A homossexualidade não é ilegal na Guatemala, e, desde os anos 1990, ao fim da guerra civil de 36 anos que o país atravessou, a comunidade LGBTIQ+ ficou mais visível dentro da sociedade. Mas o casamento entre pessoas do mesmo sexo e uniões civis não são legais; pessoas LGBTIQ+ não estão especificadamente incluídas na maioria das leis antidiscriminação; movimentos religiosos ultraconservadores são politicamente influentes; e crimes de ódio continuam crescendo violentamente na comunidade.
Na noite de 20 de julho, um grupo de pessoas também foi assediado pela polícia na rua, em frente a um bar que é conhecido na região por ser LGBTIQ+ friendly. Juntos, esses incidentes foram vistos pelos ativistas com quem falei como uma aceleração extrema nas já crescentes agressões contra a comunidade, em meio a um discurso de ódio que virou mainstream e campanhas eleitorais homofóbicas.
Os ativistas afirmam que o papel da polícia nos eventos daquela noite foram particularmente preocupantes. E alertaram que o pior ainda está por vir, já que, neste final de semana, os guatemaltecos votam no segundo turno das eleições presidenciais, nas quais ambos os candidatos, Sandra Torres (partido UNE) e Alejandro Giammattei (partido Vamos), assumiram posições públicas contra os direitos LGBTIQ+.
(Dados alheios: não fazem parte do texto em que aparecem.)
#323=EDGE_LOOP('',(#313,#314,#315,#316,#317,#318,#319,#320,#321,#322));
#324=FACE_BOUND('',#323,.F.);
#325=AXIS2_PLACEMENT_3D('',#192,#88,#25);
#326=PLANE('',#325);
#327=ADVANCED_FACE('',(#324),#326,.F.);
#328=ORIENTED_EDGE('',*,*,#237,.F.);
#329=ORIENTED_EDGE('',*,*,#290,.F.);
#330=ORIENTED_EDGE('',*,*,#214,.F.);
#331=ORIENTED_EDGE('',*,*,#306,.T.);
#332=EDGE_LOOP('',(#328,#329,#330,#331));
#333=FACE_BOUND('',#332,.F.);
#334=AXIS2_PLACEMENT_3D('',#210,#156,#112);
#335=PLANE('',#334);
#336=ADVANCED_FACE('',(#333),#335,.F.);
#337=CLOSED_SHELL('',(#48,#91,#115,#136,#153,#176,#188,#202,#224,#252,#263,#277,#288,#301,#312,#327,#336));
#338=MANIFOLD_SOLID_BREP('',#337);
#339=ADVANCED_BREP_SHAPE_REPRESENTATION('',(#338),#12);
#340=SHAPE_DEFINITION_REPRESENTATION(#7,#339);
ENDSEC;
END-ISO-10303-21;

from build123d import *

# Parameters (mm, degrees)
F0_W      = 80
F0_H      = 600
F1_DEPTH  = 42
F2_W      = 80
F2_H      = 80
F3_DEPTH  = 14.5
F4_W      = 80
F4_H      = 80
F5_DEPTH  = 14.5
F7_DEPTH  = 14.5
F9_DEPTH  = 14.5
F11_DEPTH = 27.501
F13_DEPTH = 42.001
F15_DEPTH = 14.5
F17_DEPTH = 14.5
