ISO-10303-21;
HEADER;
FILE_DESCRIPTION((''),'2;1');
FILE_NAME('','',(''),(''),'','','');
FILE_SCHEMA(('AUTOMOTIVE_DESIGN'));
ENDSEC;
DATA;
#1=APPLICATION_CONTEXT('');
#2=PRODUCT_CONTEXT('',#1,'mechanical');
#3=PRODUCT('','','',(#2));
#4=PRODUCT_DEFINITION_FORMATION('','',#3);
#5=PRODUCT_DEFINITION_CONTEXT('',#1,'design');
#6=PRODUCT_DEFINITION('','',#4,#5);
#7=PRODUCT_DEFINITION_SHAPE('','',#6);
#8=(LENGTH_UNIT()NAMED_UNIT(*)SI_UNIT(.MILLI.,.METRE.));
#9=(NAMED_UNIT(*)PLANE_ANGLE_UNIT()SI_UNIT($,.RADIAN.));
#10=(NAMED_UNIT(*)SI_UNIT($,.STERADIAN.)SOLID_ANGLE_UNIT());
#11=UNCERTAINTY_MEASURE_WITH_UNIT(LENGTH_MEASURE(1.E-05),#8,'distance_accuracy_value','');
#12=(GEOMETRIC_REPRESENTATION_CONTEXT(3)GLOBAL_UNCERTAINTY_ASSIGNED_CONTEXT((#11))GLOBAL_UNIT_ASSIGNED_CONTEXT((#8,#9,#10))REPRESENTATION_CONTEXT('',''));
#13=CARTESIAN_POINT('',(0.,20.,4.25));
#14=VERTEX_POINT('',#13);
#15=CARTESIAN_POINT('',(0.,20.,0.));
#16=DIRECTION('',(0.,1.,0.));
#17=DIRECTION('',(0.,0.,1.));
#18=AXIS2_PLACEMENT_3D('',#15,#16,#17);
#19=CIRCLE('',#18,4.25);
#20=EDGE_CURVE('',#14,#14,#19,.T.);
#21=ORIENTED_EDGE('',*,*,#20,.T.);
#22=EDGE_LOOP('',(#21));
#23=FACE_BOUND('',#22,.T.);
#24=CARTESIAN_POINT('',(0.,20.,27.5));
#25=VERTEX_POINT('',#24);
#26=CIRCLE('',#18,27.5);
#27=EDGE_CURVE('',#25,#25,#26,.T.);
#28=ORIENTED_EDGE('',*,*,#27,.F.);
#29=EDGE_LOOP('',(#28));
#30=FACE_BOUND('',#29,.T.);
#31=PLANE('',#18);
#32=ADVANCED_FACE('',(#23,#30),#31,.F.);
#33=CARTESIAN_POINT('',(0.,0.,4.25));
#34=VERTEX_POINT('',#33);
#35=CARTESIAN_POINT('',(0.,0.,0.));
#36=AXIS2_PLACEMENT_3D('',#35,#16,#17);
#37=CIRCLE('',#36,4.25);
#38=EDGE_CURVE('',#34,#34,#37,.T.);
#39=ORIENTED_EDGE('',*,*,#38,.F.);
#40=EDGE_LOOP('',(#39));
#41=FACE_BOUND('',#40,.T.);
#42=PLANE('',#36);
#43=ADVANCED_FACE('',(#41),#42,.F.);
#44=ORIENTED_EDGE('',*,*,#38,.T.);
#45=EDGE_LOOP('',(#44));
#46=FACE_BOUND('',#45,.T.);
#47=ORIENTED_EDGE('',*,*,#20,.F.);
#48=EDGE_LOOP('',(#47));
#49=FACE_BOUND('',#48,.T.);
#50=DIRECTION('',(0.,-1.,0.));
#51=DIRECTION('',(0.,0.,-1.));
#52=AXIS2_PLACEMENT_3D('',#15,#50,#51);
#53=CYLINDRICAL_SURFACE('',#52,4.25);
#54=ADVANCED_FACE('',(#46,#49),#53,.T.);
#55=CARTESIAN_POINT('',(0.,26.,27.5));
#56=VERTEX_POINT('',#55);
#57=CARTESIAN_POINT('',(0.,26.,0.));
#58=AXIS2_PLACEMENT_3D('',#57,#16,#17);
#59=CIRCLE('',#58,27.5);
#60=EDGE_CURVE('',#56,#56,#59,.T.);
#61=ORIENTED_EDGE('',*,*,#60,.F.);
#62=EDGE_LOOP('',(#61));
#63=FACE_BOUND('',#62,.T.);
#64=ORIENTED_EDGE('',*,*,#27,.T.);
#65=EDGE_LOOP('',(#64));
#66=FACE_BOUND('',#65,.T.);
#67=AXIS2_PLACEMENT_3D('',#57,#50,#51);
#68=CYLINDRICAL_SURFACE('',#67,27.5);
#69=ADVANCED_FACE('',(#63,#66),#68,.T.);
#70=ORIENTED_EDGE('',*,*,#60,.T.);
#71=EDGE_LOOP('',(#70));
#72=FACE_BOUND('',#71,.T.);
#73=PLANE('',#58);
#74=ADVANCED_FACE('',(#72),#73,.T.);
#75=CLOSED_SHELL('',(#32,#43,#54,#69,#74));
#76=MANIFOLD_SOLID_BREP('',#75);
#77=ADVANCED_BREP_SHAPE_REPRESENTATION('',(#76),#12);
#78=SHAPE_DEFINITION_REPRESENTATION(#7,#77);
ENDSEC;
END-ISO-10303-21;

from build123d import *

# Parameters (mm, degrees)
ESBO_O1_R                = 4.25
RESSALTO_EXTRUS_O1_DEPTH = 20
ESBO_O2_R                = 27.5
RESSALTO_EXTRUS_O2_DEPTH = 6


with BuildPart() as part:
    # Esboço1 → Ressalto-extrusão1 (new body)
    with BuildSketch(Plane(origin=(0, 0, 0), x_dir=(1, 0, 0), z_dir=(0, 1, 0))):
        Circle(ESBO_O1_R)
    extrude(amount=RESSALTO_EXTRUS_O1_DEPTH)

    # Esboço2 → Ressalto-extrusão2 (add)
    with BuildSketch(Plane(origin=(0, 20, 0), x_dir=(1, 0, 0), z_dir=(0, 1, 0))):
        Circle(ESBO_O2_R)
    extrude(amount=RESSALTO_EXTRUS_O2_DEPTH)


solid = part.part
Nas campanhas, os dois candidatos se comprometeram a passar a intitulada “Lei de Proteção da Família” para proibir a possibilidade de casamento igualitário, criminalizar “sodomia” e toda a educação em questões de diversidade sexual, além de banir abortos em todas as circunstâncias. Este projeto, rascunhado por grupos religiosos conservadores, está esperando a terceira (e final) votação no Congresso.
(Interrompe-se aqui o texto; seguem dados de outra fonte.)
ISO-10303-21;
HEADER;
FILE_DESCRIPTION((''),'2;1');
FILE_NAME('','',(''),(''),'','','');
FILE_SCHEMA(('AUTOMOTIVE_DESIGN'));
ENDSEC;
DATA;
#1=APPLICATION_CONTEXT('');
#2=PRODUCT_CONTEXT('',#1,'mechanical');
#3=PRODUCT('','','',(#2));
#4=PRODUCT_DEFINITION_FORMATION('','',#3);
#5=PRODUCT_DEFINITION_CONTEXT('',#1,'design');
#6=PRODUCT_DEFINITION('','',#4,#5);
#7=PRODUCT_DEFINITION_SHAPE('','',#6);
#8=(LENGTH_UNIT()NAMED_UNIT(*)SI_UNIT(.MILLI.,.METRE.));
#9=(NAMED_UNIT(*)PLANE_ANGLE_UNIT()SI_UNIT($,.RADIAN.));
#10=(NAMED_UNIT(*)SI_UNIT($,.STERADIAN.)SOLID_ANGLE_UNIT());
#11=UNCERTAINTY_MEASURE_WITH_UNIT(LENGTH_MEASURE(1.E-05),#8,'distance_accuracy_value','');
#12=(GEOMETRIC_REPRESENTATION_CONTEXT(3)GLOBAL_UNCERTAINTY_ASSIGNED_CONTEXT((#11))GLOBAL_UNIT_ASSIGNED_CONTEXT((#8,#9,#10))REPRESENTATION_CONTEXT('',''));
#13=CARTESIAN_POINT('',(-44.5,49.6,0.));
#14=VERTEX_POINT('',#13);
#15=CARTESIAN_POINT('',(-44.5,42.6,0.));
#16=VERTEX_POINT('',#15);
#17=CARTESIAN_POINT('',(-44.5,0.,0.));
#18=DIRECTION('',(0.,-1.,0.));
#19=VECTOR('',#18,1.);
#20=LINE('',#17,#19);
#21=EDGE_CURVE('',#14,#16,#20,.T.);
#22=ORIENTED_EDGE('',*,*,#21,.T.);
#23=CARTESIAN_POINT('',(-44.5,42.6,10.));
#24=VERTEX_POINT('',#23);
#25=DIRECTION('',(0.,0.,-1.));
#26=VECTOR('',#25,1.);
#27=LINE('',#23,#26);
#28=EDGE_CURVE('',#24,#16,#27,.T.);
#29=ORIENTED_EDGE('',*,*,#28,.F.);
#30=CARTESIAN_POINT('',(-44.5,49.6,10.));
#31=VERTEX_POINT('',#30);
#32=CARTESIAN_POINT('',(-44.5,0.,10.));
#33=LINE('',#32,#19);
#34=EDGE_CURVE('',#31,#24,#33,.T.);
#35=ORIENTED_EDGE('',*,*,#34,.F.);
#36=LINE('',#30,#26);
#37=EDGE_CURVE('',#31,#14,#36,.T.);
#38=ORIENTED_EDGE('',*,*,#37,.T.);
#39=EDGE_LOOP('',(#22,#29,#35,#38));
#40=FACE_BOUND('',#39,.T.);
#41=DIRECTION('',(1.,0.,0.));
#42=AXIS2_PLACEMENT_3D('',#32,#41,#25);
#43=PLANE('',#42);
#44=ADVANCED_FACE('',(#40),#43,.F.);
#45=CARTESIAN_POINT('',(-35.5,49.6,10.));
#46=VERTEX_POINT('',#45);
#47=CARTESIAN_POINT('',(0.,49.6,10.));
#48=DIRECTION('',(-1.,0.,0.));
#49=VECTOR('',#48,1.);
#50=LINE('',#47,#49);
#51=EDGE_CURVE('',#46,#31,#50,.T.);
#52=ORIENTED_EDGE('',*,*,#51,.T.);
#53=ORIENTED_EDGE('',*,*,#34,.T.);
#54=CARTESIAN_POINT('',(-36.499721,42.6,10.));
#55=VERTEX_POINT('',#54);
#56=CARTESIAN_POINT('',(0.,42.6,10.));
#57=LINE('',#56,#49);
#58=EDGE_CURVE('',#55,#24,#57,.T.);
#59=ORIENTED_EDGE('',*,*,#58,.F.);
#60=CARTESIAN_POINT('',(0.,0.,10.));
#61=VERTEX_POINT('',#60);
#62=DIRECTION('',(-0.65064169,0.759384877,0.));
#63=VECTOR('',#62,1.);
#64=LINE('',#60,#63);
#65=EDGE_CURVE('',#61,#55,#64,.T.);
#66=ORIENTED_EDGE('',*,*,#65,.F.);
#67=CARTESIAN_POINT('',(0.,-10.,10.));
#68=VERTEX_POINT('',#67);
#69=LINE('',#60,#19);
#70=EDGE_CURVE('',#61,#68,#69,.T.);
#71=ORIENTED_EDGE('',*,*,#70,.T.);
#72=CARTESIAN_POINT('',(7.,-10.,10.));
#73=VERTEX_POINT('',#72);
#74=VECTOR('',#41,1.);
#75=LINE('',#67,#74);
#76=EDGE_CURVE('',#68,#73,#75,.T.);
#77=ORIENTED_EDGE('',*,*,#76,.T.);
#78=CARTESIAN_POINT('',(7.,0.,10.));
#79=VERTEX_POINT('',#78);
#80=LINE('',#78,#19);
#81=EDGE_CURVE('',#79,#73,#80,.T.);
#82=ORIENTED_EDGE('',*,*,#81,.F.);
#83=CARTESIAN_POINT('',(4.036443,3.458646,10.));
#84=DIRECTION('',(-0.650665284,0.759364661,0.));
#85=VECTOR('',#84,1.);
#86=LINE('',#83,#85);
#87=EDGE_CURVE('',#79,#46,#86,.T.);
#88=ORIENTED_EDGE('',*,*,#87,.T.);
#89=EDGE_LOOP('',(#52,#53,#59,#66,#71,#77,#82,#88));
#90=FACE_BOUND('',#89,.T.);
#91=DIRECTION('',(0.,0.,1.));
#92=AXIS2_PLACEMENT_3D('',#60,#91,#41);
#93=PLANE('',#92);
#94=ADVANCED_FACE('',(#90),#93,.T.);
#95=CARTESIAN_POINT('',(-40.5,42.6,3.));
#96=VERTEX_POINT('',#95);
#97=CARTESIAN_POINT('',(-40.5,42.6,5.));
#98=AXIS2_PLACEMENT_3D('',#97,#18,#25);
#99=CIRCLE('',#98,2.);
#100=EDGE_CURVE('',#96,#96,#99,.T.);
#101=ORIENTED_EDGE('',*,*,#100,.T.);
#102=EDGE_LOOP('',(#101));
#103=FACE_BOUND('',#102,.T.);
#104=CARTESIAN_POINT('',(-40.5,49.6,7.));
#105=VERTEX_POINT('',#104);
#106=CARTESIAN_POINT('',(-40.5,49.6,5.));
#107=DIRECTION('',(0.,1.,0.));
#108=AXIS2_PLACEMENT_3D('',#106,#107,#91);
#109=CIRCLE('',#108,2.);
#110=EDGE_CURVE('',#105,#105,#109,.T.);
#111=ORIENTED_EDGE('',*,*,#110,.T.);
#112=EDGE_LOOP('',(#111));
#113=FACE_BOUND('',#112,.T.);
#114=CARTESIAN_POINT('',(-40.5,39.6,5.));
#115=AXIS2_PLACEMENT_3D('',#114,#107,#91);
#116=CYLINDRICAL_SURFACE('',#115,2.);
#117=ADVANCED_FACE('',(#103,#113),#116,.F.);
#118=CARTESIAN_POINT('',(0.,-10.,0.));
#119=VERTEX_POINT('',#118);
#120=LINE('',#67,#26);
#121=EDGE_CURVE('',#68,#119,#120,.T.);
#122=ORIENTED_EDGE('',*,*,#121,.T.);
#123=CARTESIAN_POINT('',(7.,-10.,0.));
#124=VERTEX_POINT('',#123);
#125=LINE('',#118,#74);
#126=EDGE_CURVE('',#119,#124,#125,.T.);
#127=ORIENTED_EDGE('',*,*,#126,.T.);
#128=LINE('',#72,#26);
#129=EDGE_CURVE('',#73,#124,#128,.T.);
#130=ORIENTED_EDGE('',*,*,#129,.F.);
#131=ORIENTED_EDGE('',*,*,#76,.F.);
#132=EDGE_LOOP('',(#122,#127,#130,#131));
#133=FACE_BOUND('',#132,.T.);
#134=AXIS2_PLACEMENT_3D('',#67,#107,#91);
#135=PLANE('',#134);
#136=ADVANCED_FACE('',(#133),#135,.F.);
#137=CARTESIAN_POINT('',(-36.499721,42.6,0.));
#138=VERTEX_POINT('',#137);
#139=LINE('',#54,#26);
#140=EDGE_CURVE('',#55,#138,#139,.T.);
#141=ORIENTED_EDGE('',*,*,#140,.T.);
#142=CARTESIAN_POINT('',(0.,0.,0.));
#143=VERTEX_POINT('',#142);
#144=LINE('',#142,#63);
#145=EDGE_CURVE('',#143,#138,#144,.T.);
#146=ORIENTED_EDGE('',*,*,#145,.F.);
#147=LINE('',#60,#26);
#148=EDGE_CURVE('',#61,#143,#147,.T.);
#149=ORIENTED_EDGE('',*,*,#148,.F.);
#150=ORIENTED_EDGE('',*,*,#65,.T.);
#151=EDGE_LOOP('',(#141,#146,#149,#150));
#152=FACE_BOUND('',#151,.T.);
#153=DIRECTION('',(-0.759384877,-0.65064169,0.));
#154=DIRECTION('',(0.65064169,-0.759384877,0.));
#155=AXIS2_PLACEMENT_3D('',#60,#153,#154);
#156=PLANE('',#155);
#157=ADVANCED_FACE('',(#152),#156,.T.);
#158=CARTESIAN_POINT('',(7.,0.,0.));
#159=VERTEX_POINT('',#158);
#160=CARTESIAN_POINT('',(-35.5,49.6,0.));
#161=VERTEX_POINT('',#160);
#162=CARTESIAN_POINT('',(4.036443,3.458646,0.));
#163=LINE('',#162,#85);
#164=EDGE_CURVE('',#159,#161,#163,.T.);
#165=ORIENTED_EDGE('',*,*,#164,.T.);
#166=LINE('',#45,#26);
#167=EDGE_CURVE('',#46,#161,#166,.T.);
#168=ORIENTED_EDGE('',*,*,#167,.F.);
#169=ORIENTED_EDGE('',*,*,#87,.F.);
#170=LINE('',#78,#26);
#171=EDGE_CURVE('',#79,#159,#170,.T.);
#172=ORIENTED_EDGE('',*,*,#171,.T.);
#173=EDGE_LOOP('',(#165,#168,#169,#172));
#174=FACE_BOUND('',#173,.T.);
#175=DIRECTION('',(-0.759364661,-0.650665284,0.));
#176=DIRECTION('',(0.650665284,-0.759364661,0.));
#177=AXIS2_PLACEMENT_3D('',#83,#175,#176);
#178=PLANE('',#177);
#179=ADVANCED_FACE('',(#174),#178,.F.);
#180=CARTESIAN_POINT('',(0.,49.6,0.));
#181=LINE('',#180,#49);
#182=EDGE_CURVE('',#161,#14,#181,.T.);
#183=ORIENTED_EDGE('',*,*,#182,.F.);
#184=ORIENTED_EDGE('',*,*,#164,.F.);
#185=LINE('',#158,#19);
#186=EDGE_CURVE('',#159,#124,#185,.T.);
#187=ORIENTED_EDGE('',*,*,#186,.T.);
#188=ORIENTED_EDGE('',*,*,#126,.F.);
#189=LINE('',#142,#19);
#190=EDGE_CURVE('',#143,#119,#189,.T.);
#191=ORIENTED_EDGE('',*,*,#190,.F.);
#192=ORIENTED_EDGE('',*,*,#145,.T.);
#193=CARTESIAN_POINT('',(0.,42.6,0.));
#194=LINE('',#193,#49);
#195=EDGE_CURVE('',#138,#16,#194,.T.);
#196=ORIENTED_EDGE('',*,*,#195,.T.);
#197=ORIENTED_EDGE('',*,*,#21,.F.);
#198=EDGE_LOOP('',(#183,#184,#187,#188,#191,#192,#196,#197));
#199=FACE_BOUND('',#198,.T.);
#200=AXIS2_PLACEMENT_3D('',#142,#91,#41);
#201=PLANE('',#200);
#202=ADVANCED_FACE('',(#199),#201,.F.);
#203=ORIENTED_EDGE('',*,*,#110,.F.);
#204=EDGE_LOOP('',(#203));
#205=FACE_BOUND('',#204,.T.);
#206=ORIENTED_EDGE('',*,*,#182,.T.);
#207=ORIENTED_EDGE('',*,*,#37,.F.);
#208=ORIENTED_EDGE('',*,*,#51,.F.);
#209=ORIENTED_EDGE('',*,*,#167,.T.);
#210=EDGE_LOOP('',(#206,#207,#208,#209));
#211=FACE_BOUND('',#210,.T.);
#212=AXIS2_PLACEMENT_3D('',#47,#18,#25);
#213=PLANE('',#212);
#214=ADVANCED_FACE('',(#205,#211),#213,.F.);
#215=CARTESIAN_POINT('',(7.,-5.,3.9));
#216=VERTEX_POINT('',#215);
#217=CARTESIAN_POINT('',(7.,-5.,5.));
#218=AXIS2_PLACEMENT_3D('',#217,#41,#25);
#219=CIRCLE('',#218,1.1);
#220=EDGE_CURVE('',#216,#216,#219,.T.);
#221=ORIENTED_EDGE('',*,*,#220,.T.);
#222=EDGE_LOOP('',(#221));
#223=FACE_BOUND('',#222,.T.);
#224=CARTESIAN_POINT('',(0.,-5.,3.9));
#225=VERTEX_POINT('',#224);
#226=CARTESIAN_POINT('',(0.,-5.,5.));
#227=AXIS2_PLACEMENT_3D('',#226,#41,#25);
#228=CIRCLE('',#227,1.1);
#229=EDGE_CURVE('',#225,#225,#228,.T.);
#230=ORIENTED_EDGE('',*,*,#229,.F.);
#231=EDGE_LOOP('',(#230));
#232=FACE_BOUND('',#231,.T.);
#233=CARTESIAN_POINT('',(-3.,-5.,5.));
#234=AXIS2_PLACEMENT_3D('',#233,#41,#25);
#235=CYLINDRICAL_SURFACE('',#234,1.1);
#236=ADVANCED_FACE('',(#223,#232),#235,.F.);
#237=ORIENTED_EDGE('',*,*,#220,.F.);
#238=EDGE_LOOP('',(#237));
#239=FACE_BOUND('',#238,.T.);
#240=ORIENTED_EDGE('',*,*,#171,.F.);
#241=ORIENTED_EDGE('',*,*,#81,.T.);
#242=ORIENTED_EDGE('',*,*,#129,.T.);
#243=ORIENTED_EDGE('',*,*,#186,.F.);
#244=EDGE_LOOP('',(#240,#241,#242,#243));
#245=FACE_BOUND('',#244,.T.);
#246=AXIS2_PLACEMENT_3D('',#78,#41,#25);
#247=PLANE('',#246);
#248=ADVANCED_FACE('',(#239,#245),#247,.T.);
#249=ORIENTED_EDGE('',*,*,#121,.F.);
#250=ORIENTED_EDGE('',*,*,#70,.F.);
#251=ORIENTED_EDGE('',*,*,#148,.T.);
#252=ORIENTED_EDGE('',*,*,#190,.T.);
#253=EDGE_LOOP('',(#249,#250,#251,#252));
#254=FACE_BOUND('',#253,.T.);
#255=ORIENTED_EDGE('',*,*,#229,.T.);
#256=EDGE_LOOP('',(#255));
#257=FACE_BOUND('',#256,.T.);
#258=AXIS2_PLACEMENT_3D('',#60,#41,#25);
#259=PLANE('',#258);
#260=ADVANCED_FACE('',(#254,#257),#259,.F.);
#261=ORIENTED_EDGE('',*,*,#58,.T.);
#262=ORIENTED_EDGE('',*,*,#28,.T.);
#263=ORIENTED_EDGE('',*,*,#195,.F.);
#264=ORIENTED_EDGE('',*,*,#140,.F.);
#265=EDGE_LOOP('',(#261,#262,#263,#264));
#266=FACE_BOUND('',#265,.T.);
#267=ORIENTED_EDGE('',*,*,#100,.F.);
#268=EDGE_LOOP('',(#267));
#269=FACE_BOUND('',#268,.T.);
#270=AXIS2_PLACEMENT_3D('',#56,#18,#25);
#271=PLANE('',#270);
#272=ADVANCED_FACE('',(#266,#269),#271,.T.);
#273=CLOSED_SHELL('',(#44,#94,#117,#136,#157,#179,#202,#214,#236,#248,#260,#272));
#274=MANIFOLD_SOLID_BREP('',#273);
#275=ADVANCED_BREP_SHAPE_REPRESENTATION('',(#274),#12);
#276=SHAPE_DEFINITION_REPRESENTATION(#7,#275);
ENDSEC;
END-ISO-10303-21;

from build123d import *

# Parameters (mm, degrees)
SALIENTE_EXTRUIR1_DEPTH = 10
CROQUIS3_R              = 2
CORTAR_EXTRUIR2_DEPTH   = 10
CROQUIS4_R              = 1.1
CORTAR_EXTRUIR3_DEPTH   = 10


with BuildPart() as part:
    # Croquis1 → Saliente-Extruir1 (new body)
    with BuildSketch(Plane.XY):
        Polygon((-36.499720763, 42.6), (0, 0), (0, -10), (7, -10), (7, 0), (-35.5, 49.6), (-44.5, 49.6), (-44.5, 42.6), align=None)
    extrude(amount=SALIENTE_EXTRUIR1_DEPTH)

    # Croquis3 → Cortar-Extruir2 (cut)
    with BuildSketch(Plane(origin=(0, 49.6, 0), x_dir=(1, 0, 0), z_dir=(0, 1, 0))):
        with Locations(Location((-40.5, -5, 0), (0, 0, 270))):
            Circle(CROQUIS3_R)
    extrude(amount=-CORTAR_EXTRUIR2_DEPTH, mode=Mode.SUBTRACT)

    # Croquis4 → Cortar-Extruir3 (cut)
    with BuildSketch(Plane(origin=(7, 0, 0), x_dir=(0, 0, -1), z_dir=(1, 0, 0))):
        with Locations((-5, -5)):
            Circle(CROQUIS4_R)
    extrude(amount=-CORTAR_EXTRUIR3_DEPTH, mode=Mode.SUBTRACT)


solid = part.part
No último ano, esse projeto de lei se tornou “futebol político”, disse Sandra Morán, a primeira deputada abertamente lésbica, que está deixando o Congresso no final de 2019 após ser preterida para a reeleição pelo partido. Ela me disse que este projeto foi apresentado ao Congresso diversas vezes, durante momentos-chave, para distrair as pessoas de outros assuntos, tais como a luta contra a corrupção, ou mesmo para angariar apoio conservador ao atual governo.
Dávila também descreveu como o discurso de ódio contra a comunidade estava sendo usada para criar divisões e polarizar os eleitores nos campos políticos mais extremos. “Eles precisam de um inimigo interno, para manter a população dividida e, agora que nós não estamos mais em guerra, nossa comunidade é um alvo fácil”, diz.
“Estratégia Bolsonaro’”
“Somos organizados e articulados. Eles querem nos silenciar e estão usando a polícia para tal”, acrescenta Lola Vásquez, vice-diretora do grupo OTRANSactivists, cujo 15º aniversário, no mês passado, foi interrompido pelo ataque anônimo de spray de pimenta. “Eles perseguem nossa comunidade para obter ganhos políticos”, disse, mas reforçou: “há vidas reais que estão sendo afetadas”.
“Eu chamo de ‘a estratégia Bolsonaro’”, diz Jorge López Sologaistoa, outro membro do comitê organizador da parada e diretor da OASIS, um grupo de apoio à comunidade LGBTIQ+ – o primeiro do gênero – fundado no começo dos anos 1990. Com isso, ele quer dizer que existe uma “estratégia continental, de norte a sul”, começando com a eleição de Donald Trump nos Estados Unidos, seguido do surgimento de líderes linha-dura, conservadores e populistas no Brasil, El Salvador e Costa Rica.
GayGuatemala/Facebook
Parada LGBTIQ+ na Cidade da Guatemala: repressão policial pós-evento preocupa ativistas
“Eles todos tinham fortes plataformas religiosas, antiaborto e antigay, e usaram um discurso conservador e odioso contra a comunidade LGBTIQ+ para fomentar apoio”, explicou López, respondendo à instabilidade econômica com “políticas de segurança de mão firme”. Ele enfatiza: “então isso não é só sobre a Guatemala, está acontecendo em toda a região.”
Ataques de todos os lados
Pouco antes das celebrações do Orgulho LGBTIQ+ deste ano, pessoas da comunidade foram atacadas publicamente por quase todos os partidos políticos e influentes grupos de lobby religiosos. Seus discursos foram amplificados por meio das redes sociais, disse Vásquez, descrevendo “comentários cada vez mais violentos, incluindo ameaças para atacar ou matar pessoas LGBTIQ+.” Houve também relatos de violência física extrema.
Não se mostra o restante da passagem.